Если на вашем сервере настроен доступ по SSH только через файл ключа, а нужно сделать возможность заходить по паролю, то тогда дописываем еще следующее:

PasswordAuthentication yes

Если на сервере установлен метод авторизации по паролю, а есть желание сделать более надежную авторизацию через файл ключа, то можно воспользоваться данной статьей.

После завершения всех манипуляций с SSH сервером, его нужно перезагрузить:

service ssh restart

Настройка директорий для пользователя SFTP

Отправляемся в директорию /home и там ищем папку свежесозданного пользователя, а в ней папку chroot. Устанавливаем её владельцем пользователя root:

chown root:root /home/crazyadmin/chroot

Устанавливаем нужные права на папку:

chmod 755 /home/crazyadmin

Внимание! Ни в коем случае не следует выставлять ChrootDirectory какие-либо другие права, в таком случае будет выскакивать следующая ошибка: fatal: bad ownership or modes for chroot directory component.

Теперь представим, что нам нужно предоставить доступ к нескольким папкам, и они все лежат за пределами ChrootDirectory. Выход из ситуации следующий:

Допустим нам нужно разрешить доступ к папке /var/www/sysadmin.ru. Создаем в домашнем каталоге пользотвателя /home/crazyadmin папку с названием sysadmin.ru.

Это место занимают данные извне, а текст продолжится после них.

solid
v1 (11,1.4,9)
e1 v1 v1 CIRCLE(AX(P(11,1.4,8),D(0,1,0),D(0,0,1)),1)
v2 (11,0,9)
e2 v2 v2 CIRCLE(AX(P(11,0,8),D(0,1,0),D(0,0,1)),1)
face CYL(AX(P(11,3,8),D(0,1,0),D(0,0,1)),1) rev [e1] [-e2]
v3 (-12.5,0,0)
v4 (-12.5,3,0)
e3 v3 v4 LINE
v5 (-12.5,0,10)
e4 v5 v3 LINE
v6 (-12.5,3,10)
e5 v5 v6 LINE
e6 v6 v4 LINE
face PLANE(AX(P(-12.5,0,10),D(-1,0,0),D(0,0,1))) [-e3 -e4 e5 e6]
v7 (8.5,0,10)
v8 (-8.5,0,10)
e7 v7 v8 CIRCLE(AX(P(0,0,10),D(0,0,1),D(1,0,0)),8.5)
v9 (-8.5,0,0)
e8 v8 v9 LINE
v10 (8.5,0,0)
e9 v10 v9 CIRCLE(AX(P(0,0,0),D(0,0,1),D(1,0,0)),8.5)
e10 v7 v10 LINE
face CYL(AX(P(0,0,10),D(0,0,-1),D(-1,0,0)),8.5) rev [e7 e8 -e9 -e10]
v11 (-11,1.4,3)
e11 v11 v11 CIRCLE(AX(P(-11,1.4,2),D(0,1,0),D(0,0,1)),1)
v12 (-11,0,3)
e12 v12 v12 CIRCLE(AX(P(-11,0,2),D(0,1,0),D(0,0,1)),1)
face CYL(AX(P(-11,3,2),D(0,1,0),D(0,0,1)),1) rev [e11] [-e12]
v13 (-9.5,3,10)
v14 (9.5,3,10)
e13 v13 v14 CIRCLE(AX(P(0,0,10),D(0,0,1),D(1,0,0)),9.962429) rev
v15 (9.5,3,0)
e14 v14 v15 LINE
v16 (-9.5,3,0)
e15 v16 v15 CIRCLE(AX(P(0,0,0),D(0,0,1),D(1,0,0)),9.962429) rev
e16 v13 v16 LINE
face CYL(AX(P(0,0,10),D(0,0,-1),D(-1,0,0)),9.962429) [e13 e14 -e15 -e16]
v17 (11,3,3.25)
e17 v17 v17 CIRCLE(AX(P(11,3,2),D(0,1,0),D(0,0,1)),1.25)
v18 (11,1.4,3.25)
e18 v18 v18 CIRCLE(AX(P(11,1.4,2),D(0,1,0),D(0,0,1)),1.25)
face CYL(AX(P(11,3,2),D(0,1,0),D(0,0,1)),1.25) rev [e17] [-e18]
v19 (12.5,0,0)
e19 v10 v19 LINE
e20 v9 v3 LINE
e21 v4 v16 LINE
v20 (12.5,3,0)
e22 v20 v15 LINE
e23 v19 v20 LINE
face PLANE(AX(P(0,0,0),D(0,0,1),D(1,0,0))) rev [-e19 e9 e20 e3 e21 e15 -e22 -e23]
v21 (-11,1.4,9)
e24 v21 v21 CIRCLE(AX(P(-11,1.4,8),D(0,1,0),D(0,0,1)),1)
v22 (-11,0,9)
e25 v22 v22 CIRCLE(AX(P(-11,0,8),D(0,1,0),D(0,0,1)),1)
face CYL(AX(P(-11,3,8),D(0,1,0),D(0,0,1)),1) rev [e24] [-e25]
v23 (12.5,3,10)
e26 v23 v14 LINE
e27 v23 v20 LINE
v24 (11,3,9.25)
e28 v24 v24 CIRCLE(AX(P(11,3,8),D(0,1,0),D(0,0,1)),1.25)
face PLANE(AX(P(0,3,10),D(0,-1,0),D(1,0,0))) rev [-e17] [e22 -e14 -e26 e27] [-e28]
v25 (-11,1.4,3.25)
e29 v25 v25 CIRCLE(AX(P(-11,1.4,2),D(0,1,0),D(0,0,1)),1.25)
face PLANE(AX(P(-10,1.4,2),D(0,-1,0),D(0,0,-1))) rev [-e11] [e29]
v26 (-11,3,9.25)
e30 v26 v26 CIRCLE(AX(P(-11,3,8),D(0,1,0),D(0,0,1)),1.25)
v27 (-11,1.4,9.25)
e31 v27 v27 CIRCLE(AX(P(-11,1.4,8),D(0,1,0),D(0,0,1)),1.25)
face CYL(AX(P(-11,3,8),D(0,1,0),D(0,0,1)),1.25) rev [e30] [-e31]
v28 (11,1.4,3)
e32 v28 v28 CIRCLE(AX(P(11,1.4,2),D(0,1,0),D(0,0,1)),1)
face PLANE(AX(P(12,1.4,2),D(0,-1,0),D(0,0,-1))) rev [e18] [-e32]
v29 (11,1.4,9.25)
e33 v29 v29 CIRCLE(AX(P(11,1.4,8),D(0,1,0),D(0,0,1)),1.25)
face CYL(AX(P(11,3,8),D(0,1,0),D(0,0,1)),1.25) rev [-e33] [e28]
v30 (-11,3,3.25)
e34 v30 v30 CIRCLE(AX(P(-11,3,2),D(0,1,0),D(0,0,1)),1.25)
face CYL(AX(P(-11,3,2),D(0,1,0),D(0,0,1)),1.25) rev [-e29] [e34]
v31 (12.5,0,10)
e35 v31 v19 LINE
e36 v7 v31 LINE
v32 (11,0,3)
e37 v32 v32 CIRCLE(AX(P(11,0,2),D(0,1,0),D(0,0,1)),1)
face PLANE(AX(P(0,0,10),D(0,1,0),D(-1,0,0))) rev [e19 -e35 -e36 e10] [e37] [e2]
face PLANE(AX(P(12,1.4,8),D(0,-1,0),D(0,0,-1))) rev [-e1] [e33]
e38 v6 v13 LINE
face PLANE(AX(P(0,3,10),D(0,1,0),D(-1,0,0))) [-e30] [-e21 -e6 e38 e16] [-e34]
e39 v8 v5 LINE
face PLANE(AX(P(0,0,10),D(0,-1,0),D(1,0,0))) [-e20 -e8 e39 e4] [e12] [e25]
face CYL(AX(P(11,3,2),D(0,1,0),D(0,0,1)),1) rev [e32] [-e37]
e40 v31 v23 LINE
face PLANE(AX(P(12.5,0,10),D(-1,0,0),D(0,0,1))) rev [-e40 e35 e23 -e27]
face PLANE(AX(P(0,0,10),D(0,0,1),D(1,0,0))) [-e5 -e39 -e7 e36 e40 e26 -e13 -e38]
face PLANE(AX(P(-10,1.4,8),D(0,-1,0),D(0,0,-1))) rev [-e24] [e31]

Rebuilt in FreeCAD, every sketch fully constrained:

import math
import FreeCAD as App
import Part
import Sketcher
Q = App.Units.Quantity

doc = App.newDocument("Part")
body = doc.addObject("PartDesign::Body", "Body")

sketch1 = doc.addObject("Sketcher::SketchObject", "Sketch")
body.addObject(sketch1)
sketch1.AttachmentSupport = (doc.XY_Plane, [""])
sketch1.MapMode = "FlatFace"
sketch1.addGeometry([
    Part.ArcOfCircle(Part.Circle(App.Vector(0, 0, 0), App.Vector(0, 0, 1), 10), math.radians(18), math.radians(162)),
    Part.LineSegment(App.Vector(-9.5, 3, 0), App.Vector(-12.5, 3, 0)),
    Part.LineSegment(App.Vector(-12.5, 3, 0), App.Vector(-12.5, 0, 0)),
    Part.LineSegment(App.Vector(-12.5, 0, 0), App.Vector(-8.5, 0, 0)),
    Part.ArcOfCircle(Part.Circle(App.Vector(0, 0, 0), App.Vector(0, 0, 1), 8.5), math.radians(0), math.radians(180)),
    Part.LineSegment(App.Vector(8.5, 0, 0), App.Vector(12.5, 0, 0)),
    Part.LineSegment(App.Vector(12.5, 0, 0), App.Vector(12.5, 3, 0)),
    Part.LineSegment(App.Vector(12.5, 3, 0), App.Vector(9.5, 3, 0)),
], False)
sketch1.addConstraint([
    Sketcher.Constraint("Coincident", 0, 2, 1, 1),
    Sketcher.Constraint("Coincident", 1, 2, 2, 1),
    Sketcher.Constraint("Coincident", 2, 2, 3, 1),
    Sketcher.Constraint("Coincident", 3, 2, 4, 2),
    Sketcher.Constraint("Coincident", 4, 1, 5, 1),
    Sketcher.Constraint("Coincident", 5, 2, 6, 1),
    Sketcher.Constraint("Coincident", 6, 2, 7, 1),
    Sketcher.Constraint("Coincident", 7, 2, 0, 1),
    Sketcher.Constraint("Horizontal", 1),
    Sketcher.Constraint("Vertical", 2),
    Sketcher.Constraint("Horizontal", 3),
    Sketcher.Constraint("Horizontal", 5),
    Sketcher.Constraint("Vertical", 6),
    Sketcher.Constraint("Horizontal", 7),
    Sketcher.Constraint("Coincident", 0, 3, -1, 1),
    Sketcher.Constraint("Coincident", 4, 3, -1, 1),
    Sketcher.Constraint("Symmetric", 2, 2, 5, 2, -1, 1),
    Sketcher.Constraint("PointOnObject", 2, 2, -1),
    Sketcher.Constraint("Horizontal", 1, 2, 6, 2),
    Sketcher.Constraint("Equal", 7, 2),
    Sketcher.Constraint("Radius", 4, Q("8.5 mm")),
    Sketcher.Constraint("DistanceX", 1, 2, 1, 1, Q("3 mm")),
    Sketcher.Constraint("DistanceX", 3, 1, 3, 2, Q("4 mm")),
])
pad1 = doc.addObject("PartDesign::Pad", "Pad")
body.addObject(pad1)
pad1.Profile = sketch1
pad1.Length = 10

sketch2 = doc.addObject("Sketcher::SketchObject", "Sketch001")
body.addObject(sketch2)
sketch2.AttachmentSupport = (doc.XZ_Plane, [""])
sketch2.MapMode = "FlatFace"
sketch2.AttachmentOffset = App.Placement(App.Vector(0, 0, -3), App.Rotation())
sketch2.addGeometry([
    Part.Circle(App.Vector(-11, 2, 0), App.Vector(0, 0, 1), 1),
    Part.Circle(App.Vector(-11, 8, 0), App.Vector(0, 0, 1), 1),
    Part.Circle(App.Vector(11, 2, 0), App.Vector(0, 0, 1), 1),
    Part.Circle(App.Vector(11, 8, 0), App.Vector(0, 0, 1), 1),
], False)
sketch2.addConstraint([
    Sketcher.Constraint("Equal", 0, 1),
    Sketcher.Constraint("Equal", 1, 2),
    Sketcher.Constraint("Equal", 2, 3),
    Sketcher.Constraint("Symmetric", 0, 3, 2, 3, -2),
    Sketcher.Constraint("Symmetric", 1, 3, 3, 3, -2),
    Sketcher.Constraint("Vertical", 0, 3, 1, 3),
    Sketcher.Constraint("Diameter", 0, Q("2 mm")),
    Sketcher.Constraint("DistanceX", 0, 3, -1, 1, Q("11 mm")),
    Sketcher.Constraint("DistanceY", -1, 1, 0, 3, Q("2 mm")),
    Sketcher.Constraint("DistanceY", -1, 1, 1, 3, Q("8 mm")),
])
doc.recompute()
hole = doc.addObject("PartDesign::Hole", "Hole")
body.addObject(hole)
hole.Profile = sketch2
hole.ThreadType = "None"
hole.Diameter = 2
hole.DepthType = "ThroughAll"
hole.HoleCutType = "Counterbore"
hole.HoleCutDiameter = 2.5
hole.HoleCutDepth = 1.6
hole.Reversed = True

doc.recompute()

mkdir /home/crazyadmin/sysadmin.ru

Теперь смонтируем в эту папку ту директорию, доступ к которой нам нужно обеспечить:

mount --bind /var/www/pc.ru/ /home/crazyadmin/pc.ru/chroot

Выставляем необходимые для редактирования права для нашей директории /var/www/sysadmin.ru:

chmod 777 /var/www/sysadmin.ru
find /var/www/sysadmin.ru -type f -exec chmod 664 {} +
find /var/www/sysadmin.ru -type d -exec chmod 777 {} +

Если в процессе монтирования директории что-то пошло не так, то можно убрать монтирование командой unmount:

umount /home/crazysyadmin/sysadmin.ru

На этом настройка SFTP сервера завершена.

Частые ошибки

• fatal: bad ownership or modes for chroot directory component — как писалось выше, данная ошибка появляется тогда, когда владельцем ChrootDirectory является не пользователь root, и права не равны 755.
• No supported authentication methods available (server sent public key) — сервер настроен на авторизацию по ключу. Если нужна авторизация по паролю, то в конфиге /etc/ssh/sshd_config нужно поменять значение у переменной PasswordAuthentication с no на yes, а после перезапустить сервер командой service ssh restart.